I have read on the forum the stories of new graduates and graduates to the first work experience, the research of information of those who would like to learn, the useful and valuable advice of those who have more experience, the necessary motivation, of the pays that are often to be satisfied without being fully satisfied. I would like to take advantage of the excellent forum to expose my situation and my doubts, hoping not to be too repetitive compared to previous discussions.
I am 29 years old (age of apprenticeship, although only for a few months), I live in Piedmont, a diploma of geometra and a three-year degree in civil engineering (I have not matured working experiences in such sectors). As I look for work, when I turn to interinal agencies, these always ask me if I would be able to make the designer cad, which can make me understand that there would be possibilities. actually, from a first look, even the various job offers sites report different ads for designers and designers cad. if still not understood: the cad unfortunately I don't know how to use it, so I'm evaluating the chance to give me the chance to learn. I have identified an evening course (250 hours) of those financed by the province, to which I suppose I should at least support a nice internship.
a first perplexity, naively I realize, which comes to mind is the following. the majority of the working announcements I read to draw cad concern the scope of mechanics or industry. My studies, on the other hand, concern the construction industry, very in crisis. could I still be considered in the companies that deal with mechanical design? is there a figure of the non-designer designer and there are real opportunities?
thanks for the attention and your time!
 
companies that design and install mechanical plants, for example rolling mills, continuous castings, sheet cutting lines, process lines such as padding, degreasing, galvanization etc. require a designer of civil works that deals with concrete foundations. therefore of weights, dimensions, tunnels, corrugated, rods for anchoring machines, stairs, barrels etc.
Of course coming to 29 years and not knowing how to use a cad is not a good start. thinking of starting to work with apprenticeship is only a minchiata of these years, because from that there exists the engineer has always been assumed to a determined time with a normal contract.
in our time, and not so backward, who wanted to learn a cad or a program if he was looking for it, install it to and learn it at night. Now I don't understand why young people have become all molluscs who cannot, they don't know, they don't want... that's why they do apprenticeship contracts where they don't pay you a bat for 3 years.
 
In fact, a school that must bring out geometries, but also applies to engineers and the like, and that not from a training on the tools that will be used is disturbing. the time of the compass and team at 90° is disassembled by a nice piece.
a little as if the bricklayer taught only the cement chemistry and not to use the level and the pyombino.
 
You are perfectly right but the situation is this. in universities there is no time to learn a cad or a fem and when they do courses are made to the c... or dog. in today's new and civil society you pay university fees to study by self-taught. I'm like you one of the old guard but I could tell you about crushes and cruel at the limits of grotesque and comedy.
 
Can we say that there's a part of guilt in who the job is learning?

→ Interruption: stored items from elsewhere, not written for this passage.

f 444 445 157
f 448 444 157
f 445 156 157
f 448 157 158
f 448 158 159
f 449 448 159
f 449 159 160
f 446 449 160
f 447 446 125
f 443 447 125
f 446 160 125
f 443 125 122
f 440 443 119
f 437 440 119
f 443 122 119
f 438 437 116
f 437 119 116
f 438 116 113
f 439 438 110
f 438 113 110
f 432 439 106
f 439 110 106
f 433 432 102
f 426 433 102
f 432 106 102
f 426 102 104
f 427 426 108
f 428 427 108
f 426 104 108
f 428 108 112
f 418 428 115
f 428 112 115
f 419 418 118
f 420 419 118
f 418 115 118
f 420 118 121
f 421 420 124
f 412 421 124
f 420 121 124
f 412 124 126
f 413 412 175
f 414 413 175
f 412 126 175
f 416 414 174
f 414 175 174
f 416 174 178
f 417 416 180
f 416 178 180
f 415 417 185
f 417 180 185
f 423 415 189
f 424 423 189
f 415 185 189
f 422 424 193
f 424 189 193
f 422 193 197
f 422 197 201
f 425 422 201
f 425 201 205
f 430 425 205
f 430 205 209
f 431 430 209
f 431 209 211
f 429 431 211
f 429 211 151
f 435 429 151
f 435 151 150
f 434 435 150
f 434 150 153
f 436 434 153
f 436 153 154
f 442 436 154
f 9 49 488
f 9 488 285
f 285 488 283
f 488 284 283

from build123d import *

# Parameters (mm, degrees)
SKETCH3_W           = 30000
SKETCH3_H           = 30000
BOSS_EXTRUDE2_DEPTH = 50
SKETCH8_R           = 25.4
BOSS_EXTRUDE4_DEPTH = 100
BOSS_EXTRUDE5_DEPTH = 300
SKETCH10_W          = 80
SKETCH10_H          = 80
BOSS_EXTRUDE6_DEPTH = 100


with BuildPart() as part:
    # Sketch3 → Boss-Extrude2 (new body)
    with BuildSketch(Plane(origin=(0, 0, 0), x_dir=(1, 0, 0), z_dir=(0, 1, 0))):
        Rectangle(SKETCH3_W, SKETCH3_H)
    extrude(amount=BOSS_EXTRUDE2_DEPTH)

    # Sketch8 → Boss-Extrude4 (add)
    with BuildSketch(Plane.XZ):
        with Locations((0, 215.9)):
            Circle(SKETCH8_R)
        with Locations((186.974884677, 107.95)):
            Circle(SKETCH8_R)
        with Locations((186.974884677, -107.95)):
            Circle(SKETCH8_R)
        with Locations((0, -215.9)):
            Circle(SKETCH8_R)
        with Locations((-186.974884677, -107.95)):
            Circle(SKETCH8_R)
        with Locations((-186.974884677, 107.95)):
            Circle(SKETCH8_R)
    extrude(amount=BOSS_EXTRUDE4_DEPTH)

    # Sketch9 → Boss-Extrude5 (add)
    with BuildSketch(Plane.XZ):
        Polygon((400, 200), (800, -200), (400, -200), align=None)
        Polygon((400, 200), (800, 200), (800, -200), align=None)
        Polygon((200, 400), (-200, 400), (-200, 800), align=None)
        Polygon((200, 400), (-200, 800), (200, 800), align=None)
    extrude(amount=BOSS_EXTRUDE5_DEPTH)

that a person in 6/8 years (I also put those of itis or similar) has never heard of the term cad and that he never asked what it is for, how much it is needed, why do they not teach it?
that you have not asked the question: but once you've finished these years of college of practical what do I carry in bag? What asks me who offers work?
Shit, it's a bunch of years. one cannot live in a bubble based on spritz, some barrel and dissertation.
 
Can we say that there's a part of guilt in who the job is learning?
that a person in 6/8 years (I also put those of itis or similar) has never heard of the term cad and that he never asked what it is for, how much it is needed, why do they not teach it?
that you have not asked the question: but once you've finished these years of college of practical what do I carry in bag? What asks me who offers work?
Shit, it's a bunch of years. one cannot live in a bubble based on spritz, some barrel and dissertation.
Instead you... there is a youth who lives of reeds, spritz and one I don't want to do a c..... or.
 
Thanks for the answers!
Of course coming to 29 years and not knowing how to use a cad is not a good start.
Unfortunately, the work I have done in recent years had nothing to do with the cad (and in general with the construction industry, as I said).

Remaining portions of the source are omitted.